Goal of the exercise: Once the line containing "f 37 33 171" is found in the records below, return it and each following line exactly, up to and including the line containing "f 7 177 108", and nothing else.

Records supplied:
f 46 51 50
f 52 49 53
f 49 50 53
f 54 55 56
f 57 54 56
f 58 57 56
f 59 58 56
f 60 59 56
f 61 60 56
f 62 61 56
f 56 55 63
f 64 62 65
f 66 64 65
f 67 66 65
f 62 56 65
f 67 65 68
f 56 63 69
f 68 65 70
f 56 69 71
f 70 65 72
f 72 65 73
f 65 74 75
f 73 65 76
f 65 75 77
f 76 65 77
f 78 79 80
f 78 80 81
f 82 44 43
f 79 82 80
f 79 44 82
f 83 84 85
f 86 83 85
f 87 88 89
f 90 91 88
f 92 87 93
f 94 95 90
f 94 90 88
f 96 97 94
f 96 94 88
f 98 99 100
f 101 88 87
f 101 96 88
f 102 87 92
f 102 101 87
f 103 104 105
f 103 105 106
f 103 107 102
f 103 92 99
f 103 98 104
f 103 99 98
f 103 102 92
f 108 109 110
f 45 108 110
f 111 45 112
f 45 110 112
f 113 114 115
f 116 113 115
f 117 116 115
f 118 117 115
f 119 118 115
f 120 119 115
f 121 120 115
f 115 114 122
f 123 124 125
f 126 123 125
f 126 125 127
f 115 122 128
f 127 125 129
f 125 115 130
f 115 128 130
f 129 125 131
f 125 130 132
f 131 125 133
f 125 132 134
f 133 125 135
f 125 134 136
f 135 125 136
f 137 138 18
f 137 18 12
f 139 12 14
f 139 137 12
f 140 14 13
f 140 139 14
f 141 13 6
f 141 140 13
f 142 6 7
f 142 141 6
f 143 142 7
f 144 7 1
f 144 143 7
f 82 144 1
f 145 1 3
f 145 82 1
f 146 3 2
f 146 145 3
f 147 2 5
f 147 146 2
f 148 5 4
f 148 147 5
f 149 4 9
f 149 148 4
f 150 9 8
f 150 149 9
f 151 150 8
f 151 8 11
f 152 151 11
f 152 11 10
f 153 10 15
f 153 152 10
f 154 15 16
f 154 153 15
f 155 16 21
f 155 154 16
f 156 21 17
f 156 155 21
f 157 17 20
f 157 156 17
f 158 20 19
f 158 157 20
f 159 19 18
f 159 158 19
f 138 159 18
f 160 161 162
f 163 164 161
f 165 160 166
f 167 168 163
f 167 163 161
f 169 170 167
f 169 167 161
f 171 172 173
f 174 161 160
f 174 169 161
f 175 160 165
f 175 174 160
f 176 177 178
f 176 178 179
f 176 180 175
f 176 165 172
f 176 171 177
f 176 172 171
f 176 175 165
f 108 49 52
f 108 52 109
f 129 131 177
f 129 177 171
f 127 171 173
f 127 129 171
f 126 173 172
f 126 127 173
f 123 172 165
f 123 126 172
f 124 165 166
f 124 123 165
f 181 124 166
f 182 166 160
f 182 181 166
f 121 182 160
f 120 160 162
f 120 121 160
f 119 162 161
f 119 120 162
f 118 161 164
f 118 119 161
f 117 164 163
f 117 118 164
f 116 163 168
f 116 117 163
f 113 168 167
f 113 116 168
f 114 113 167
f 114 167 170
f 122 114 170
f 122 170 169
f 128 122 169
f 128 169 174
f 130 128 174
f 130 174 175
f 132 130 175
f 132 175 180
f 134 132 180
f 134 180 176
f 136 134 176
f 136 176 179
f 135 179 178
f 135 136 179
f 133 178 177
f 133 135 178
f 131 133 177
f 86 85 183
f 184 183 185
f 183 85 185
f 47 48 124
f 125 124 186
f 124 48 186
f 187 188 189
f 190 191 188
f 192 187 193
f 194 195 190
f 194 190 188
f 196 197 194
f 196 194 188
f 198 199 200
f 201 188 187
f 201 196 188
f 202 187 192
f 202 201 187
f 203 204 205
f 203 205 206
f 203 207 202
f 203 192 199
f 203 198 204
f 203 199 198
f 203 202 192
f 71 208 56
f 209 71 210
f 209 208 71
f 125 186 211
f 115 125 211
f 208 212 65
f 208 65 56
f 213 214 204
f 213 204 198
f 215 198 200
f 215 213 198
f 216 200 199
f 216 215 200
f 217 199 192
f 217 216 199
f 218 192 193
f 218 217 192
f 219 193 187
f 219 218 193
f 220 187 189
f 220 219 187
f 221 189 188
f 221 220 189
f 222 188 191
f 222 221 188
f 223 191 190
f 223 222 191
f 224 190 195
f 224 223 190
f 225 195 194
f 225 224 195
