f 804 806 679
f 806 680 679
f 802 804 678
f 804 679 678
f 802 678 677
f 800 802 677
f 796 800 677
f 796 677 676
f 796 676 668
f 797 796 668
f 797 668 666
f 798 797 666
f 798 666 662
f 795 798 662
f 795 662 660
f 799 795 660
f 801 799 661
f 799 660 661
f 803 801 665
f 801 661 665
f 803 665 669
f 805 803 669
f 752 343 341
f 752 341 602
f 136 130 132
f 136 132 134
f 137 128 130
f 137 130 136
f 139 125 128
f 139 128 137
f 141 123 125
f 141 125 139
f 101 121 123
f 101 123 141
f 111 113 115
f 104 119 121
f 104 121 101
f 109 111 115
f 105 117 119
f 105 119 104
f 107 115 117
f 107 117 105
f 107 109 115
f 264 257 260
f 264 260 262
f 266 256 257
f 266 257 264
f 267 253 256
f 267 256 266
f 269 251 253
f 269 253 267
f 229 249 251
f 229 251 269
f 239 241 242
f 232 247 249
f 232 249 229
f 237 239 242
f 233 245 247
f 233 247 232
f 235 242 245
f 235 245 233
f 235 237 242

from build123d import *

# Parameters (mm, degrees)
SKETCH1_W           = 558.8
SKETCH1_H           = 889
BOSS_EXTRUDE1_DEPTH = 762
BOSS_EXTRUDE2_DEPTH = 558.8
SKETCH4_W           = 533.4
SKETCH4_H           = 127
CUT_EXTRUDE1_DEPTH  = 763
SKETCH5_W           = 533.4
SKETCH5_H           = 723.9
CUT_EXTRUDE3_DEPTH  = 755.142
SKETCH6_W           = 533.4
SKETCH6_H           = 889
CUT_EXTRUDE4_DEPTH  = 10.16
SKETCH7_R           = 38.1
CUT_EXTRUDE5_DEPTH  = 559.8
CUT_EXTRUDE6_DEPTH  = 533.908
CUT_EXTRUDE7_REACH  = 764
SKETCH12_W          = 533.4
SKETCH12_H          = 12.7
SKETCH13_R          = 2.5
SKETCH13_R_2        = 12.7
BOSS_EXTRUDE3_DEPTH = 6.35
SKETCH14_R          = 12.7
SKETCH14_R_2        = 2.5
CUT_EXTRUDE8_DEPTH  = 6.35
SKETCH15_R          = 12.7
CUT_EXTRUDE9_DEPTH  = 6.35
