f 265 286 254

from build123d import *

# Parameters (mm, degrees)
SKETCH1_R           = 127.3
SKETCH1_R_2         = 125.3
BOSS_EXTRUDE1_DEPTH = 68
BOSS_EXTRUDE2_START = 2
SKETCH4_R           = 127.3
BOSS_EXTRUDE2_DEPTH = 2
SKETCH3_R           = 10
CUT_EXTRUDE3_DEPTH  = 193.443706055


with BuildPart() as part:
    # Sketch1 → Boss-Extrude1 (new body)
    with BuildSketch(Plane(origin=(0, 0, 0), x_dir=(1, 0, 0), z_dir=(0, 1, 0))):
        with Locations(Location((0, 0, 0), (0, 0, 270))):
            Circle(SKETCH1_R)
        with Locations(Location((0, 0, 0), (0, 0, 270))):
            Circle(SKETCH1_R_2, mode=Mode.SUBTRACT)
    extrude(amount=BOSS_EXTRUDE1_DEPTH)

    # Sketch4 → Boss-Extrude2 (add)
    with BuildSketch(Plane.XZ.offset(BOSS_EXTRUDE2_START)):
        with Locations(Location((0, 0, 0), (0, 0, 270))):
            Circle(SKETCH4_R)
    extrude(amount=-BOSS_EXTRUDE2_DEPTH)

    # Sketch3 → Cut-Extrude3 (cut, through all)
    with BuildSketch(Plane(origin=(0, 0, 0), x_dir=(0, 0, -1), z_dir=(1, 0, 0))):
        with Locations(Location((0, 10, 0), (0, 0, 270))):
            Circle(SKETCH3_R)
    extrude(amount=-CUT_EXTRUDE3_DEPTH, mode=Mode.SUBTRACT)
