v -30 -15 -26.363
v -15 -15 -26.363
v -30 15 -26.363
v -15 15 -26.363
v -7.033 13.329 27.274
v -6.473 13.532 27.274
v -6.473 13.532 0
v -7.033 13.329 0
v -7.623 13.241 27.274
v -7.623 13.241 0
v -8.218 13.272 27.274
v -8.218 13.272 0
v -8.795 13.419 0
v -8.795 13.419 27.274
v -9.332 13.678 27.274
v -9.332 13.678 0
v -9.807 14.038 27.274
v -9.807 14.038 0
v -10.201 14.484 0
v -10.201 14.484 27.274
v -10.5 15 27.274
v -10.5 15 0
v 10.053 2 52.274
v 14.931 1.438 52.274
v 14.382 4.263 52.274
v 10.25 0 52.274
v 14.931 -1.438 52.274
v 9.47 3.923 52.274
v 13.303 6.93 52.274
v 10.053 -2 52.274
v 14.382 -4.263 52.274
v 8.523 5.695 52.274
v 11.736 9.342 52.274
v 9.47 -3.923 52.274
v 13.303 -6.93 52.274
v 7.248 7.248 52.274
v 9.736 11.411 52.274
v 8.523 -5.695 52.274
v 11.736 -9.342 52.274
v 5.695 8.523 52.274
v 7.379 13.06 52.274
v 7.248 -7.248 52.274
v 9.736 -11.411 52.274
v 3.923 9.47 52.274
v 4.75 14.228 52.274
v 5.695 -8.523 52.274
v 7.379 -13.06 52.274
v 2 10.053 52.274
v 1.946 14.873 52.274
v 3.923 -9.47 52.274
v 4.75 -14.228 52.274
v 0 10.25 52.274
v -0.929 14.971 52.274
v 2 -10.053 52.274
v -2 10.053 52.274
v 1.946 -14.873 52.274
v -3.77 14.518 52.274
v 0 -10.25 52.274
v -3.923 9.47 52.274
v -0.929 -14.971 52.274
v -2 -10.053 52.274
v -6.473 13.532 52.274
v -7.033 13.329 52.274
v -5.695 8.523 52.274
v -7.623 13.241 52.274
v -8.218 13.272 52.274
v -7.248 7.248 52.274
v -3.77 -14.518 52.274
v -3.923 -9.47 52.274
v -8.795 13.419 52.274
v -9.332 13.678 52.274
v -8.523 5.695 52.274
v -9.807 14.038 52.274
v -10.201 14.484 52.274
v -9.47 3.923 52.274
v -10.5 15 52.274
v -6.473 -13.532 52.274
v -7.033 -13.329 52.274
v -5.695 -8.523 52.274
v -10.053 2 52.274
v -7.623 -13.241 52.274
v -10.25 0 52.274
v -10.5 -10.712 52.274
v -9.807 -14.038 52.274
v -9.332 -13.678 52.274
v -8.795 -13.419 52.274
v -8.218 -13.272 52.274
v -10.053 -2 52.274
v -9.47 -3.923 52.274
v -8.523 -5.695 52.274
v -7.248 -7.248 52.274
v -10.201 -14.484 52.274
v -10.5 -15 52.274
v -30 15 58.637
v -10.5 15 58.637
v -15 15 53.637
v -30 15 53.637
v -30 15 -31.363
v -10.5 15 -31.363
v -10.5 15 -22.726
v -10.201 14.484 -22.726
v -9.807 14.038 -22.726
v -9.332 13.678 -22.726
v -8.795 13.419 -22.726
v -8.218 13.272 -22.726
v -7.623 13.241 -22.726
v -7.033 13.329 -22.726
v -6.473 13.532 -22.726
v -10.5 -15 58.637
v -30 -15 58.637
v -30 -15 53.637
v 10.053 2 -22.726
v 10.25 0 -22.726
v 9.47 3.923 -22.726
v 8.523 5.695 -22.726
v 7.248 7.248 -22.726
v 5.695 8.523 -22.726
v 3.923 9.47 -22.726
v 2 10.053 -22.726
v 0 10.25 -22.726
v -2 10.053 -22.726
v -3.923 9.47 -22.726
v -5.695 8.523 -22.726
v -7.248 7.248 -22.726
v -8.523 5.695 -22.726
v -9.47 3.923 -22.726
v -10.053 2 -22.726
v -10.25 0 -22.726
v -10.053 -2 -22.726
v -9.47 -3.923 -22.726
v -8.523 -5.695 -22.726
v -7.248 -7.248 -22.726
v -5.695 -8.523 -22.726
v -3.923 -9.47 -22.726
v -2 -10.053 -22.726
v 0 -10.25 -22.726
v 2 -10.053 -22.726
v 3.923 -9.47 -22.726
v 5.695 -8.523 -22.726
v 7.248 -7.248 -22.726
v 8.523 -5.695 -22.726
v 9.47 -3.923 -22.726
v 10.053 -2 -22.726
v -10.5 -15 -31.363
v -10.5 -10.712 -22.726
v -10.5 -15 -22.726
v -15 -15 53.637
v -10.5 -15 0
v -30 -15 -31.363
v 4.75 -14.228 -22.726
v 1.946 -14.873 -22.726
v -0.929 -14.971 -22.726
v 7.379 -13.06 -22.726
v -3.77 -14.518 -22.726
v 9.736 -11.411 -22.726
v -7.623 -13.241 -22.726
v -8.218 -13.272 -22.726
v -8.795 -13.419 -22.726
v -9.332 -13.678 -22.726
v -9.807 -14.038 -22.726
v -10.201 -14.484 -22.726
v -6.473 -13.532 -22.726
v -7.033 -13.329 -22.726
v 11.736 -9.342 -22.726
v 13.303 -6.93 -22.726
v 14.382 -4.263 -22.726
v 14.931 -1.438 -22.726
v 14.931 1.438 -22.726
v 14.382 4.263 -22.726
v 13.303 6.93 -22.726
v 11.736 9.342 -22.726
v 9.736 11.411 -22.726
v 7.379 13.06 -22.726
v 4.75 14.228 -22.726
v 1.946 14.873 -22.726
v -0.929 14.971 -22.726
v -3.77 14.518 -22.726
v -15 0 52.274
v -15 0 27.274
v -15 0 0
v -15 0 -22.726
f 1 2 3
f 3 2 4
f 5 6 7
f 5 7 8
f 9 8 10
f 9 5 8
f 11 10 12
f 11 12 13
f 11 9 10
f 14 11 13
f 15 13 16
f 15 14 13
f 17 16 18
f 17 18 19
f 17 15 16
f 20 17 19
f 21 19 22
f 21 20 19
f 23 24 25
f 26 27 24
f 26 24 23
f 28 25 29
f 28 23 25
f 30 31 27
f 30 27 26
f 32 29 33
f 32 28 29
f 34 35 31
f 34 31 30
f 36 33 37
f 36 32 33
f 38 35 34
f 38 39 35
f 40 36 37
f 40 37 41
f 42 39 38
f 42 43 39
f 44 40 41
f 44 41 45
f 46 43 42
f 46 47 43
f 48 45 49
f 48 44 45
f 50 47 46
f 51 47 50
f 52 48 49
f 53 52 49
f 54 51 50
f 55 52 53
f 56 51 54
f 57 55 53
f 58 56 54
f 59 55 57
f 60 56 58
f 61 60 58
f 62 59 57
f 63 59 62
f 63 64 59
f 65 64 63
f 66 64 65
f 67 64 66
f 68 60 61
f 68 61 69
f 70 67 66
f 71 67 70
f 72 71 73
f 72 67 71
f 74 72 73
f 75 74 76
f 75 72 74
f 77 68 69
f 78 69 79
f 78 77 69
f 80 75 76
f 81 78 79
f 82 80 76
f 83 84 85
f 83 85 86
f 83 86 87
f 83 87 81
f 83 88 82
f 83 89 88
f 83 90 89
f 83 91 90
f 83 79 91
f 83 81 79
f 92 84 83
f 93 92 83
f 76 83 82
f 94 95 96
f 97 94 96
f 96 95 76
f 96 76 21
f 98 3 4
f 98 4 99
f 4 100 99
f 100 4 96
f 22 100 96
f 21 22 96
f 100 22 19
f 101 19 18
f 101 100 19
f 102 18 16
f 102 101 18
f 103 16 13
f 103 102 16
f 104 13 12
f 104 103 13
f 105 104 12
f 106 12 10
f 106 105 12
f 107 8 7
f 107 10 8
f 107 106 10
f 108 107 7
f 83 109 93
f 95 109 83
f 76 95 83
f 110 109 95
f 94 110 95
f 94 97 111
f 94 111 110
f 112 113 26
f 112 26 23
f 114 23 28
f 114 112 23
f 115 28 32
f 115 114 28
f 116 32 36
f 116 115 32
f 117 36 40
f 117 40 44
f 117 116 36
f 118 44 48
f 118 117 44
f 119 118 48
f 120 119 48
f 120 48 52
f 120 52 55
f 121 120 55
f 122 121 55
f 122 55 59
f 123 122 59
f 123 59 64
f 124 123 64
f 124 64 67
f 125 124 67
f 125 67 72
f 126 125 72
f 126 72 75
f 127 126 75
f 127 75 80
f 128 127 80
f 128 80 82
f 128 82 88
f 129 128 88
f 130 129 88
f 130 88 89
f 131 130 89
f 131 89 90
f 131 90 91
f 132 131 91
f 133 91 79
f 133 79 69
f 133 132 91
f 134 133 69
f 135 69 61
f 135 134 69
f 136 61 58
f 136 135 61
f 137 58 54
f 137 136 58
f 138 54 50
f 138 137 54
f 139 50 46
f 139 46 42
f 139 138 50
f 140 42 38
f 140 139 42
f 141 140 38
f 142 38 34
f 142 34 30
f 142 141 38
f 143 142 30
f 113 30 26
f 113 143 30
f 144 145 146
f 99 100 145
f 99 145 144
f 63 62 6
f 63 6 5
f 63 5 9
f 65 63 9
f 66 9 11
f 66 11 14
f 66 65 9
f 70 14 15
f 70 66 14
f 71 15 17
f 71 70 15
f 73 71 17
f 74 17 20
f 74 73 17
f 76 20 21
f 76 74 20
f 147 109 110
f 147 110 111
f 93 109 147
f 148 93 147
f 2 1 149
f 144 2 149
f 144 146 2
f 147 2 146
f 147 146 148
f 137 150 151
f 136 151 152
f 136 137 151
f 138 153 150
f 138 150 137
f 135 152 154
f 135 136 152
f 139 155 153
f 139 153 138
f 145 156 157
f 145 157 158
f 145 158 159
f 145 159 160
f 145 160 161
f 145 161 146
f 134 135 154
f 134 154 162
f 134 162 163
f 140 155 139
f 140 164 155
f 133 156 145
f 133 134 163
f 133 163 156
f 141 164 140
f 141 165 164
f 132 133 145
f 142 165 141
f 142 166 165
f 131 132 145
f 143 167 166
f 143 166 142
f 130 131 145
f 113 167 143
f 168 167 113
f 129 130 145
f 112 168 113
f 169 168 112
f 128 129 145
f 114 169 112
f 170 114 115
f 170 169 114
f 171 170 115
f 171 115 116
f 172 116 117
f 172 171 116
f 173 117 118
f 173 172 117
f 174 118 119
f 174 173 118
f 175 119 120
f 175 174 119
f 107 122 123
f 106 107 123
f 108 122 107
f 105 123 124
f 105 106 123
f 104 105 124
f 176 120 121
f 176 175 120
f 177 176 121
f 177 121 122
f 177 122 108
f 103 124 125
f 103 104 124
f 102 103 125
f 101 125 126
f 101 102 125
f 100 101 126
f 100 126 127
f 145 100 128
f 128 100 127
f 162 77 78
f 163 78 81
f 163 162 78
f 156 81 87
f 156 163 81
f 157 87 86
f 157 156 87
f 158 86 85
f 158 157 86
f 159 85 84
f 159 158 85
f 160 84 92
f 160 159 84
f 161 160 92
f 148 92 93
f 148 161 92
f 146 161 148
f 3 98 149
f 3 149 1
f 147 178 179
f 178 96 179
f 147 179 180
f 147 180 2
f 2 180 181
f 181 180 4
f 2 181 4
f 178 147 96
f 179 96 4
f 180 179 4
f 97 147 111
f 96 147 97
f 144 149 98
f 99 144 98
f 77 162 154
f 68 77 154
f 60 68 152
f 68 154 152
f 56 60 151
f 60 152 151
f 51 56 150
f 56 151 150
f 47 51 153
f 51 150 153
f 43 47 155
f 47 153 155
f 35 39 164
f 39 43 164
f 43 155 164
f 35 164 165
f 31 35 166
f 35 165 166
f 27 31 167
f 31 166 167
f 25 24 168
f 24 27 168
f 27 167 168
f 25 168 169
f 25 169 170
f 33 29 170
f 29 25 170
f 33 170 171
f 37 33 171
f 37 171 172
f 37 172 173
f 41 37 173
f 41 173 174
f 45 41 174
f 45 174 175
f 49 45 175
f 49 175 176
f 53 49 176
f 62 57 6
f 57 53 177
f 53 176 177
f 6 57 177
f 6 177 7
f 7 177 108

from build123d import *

# Parameters (mm, degrees)
SKETCH_1_W            = 30
SKETCH_1_H            = 30
SKETCH_1_R            = 9.807439468
EXTRUDE_1_DEPTH       = 60
SKETCH_2_W            = 30
SKETCH_2_H            = 30
SKETCH_2_R            = 10.25
EXTRUDE_2_DEPTH       = 50
SKETCH_6_R            = 10.25
CUT_EXTRUDE_1_DEPTH   = 60
SKETCH_7_W            = 30
SKETCH_7_H            = 30
SKETCH_7_R            = 10.25
REVOLVE_1_ANGLE       = 90
FILLET_2_R            = 15
SKETCH_9_W            = 65.452723958
SKETCH_9_H            = 141.93468868
CUT_EXTRUDE_3_DEPTH   = 30
SKETCH_19_W           = 90
SKETCH_19_H           = 60
EXTRUDE_9_DEPTH       = 4.5
SKETCH_20_W           = 5
SKETCH_20_H           = 60
EXTRUDE_10_DEPTH      = 15
EXTRUDE_11_DEPTH      = 25
EXTRUDE_11_DEPTH_BACK = 50
SKETCH_22_R           = 15
SKETCH_22_R_2         = 10.25
SKETCH_26_W           = 90
SKETCH_26_H           = 15
CUT_EXTRUDE_4_DEPTH   = 20
FILLET_4_R            = 3


with BuildPart() as part:
    # 스케치1 → 보스-돌출1 (new body)
    with BuildSketch(Plane.XY):
        Rectangle(SKETCH_1_W, SKETCH_1_H)
        Circle(SKETCH_1_R, mode=Mode.SUBTRACT)
    extrude(amount=EXTRUDE_1_DEPTH)

    # 스케치6 → 컷-돌출1 (cut)
    with BuildSketch(Plane.XY.offset(60)):
        Circle(SKETCH_6_R)
    extrude(amount=-CUT_EXTRUDE_1_DEPTH, mode=Mode.SUBTRACT)



with BuildPart() as body_2:
    # 스케치2 → 보스-돌출2 (new body)
    with BuildSketch(Plane.XZ.offset(15)):
        with Locations((0, 75)):
            Rectangle(SKETCH_2_W, SKETCH_2_H)
        with Locations((0, 75)):
            Circle(SKETCH_2_R, mode=Mode.SUBTRACT)
    extrude(amount=EXTRUDE_2_DEPTH)


with BuildPart() as part_1:
    add(part.part)

    add(body_2.part)  # 회전1 merges body 2
    # 스케치7 → 회전1 (revolve)
    with BuildSketch(Plane(origin=(0, -15, 0), x_dir=(1, 0, 0), z_dir=(0, 1, 0))):
        with Locations((0, -75)):
            Rectangle(SKETCH_7_W, SKETCH_7_H)
        with Locations(Location((0, -75, 0), (0, 0, 270))):
            Circle(SKETCH_7_R, mode=Mode.SUBTRACT)
    revolve(axis=Axis((15, -15, 60), (-1, 0, 0)), revolution_arc=REVOLVE_1_ANGLE)

    # 필렛2
    # the kernel refuses this fillet: 15 mm, written as the material it adds along each edge
    with BuildSketch(Plane(origin=(15, -15, 60), x_dir=(0, 0, -1), z_dir=(-1, 0, 0))) as fillet_2_piece_1:
        with BuildLine():
            CenterArc((FILLET_2_R, FILLET_2_R), FILLET_2_R, 180, 90)
            Line((0, FILLET_2_R), (0, 0))
            Line((0, 0), (FILLET_2_R, 0))
        make_face()
    extrude(amount=30)
    # the kernel refuses this fillet: 15 mm, written as the material it takes off along each edge
    with BuildSketch(Plane(origin=(15, -15, 60), x_dir=(0, 0, 1), z_dir=(0, -1, 0))) as fillet_2_2_piece_1:
        with BuildLine():
            CenterArc((30 - FILLET_2_R, FILLET_2_R), FILLET_2_R, 270, 90)
            Line((30, FILLET_2_R), (30, 0))
            Line((30, 0), (30 - FILLET_2_R, 0))
        make_face()
    revolve(axis=Axis((15, -15, 60), (-1, 0, 0)), revolution_arc=90, mode=Mode.SUBTRACT)
    with BuildSketch(Plane(origin=(-15, -15, 60), x_dir=(0, 0, 1), z_dir=(0, -1, 0))) as fillet_2_2_piece_2:
        with BuildLine():
            CenterArc((30 - FILLET_2_R, -FILLET_2_R), FILLET_2_R, 0, 90)
            Line((30, -FILLET_2_R), (30, 0))
            Line((30, 0), (30 - FILLET_2_R, 0))
        make_face()
    revolve(axis=Axis((-15, -15, 60), (-1, 0, 0)), revolution_arc=90, mode=Mode.SUBTRACT)
    with BuildSketch(Plane(origin=(-15, 15, -37.5), x_dir=(0, -1, 0), z_dir=(0, 0, 1))) as fillet_2_2_piece_3:
        with BuildLine():
            CenterArc((FILLET_2_R, FILLET_2_R), FILLET_2_R, 180, 90)
            Line((0, FILLET_2_R), (0, 0))
            Line((0, 0), (FILLET_2_R, 0))
        make_face()
    extrude(amount=97.5, mode=Mode.SUBTRACT)
    with BuildSketch(Plane(origin=(15, 15, -37.5), x_dir=(0, -1, 0), z_dir=(0, 0, 1))) as fillet_2_2_piece_4:
        with BuildLine():
            CenterArc((FILLET_2_R, -FILLET_2_R), FILLET_2_R, 90, 90)
            Line((0, -FILLET_2_R), (0, 0))
            Line((0, 0), (FILLET_2_R, 0))
        make_face()
    extrude(amount=97.5, mode=Mode.SUBTRACT)
    with BuildSketch(Plane(origin=(-15, -15, 90), x_dir=(0, 0, -1), z_dir=(0, -1, 0))) as fillet_2_2_piece_5:
        with BuildLine():
            CenterArc((FILLET_2_R, FILLET_2_R), FILLET_2_R, 180, 90)
            Line((0, FILLET_2_R), (0, 0))
            Line((0, 0), (FILLET_2_R, 0))
        make_face()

Exercise answer:
f 37 33 171
f 37 171 172
f 37 172 173
f 41 37 173
f 41 173 174
f 45 41 174
f 45 174 175
f 49 45 175
f 49 175 176
f 53 49 176
f 62 57 6
f 57 53 177
f 53 176 177
f 6 57 177
f 6 177 7
f 7 177 108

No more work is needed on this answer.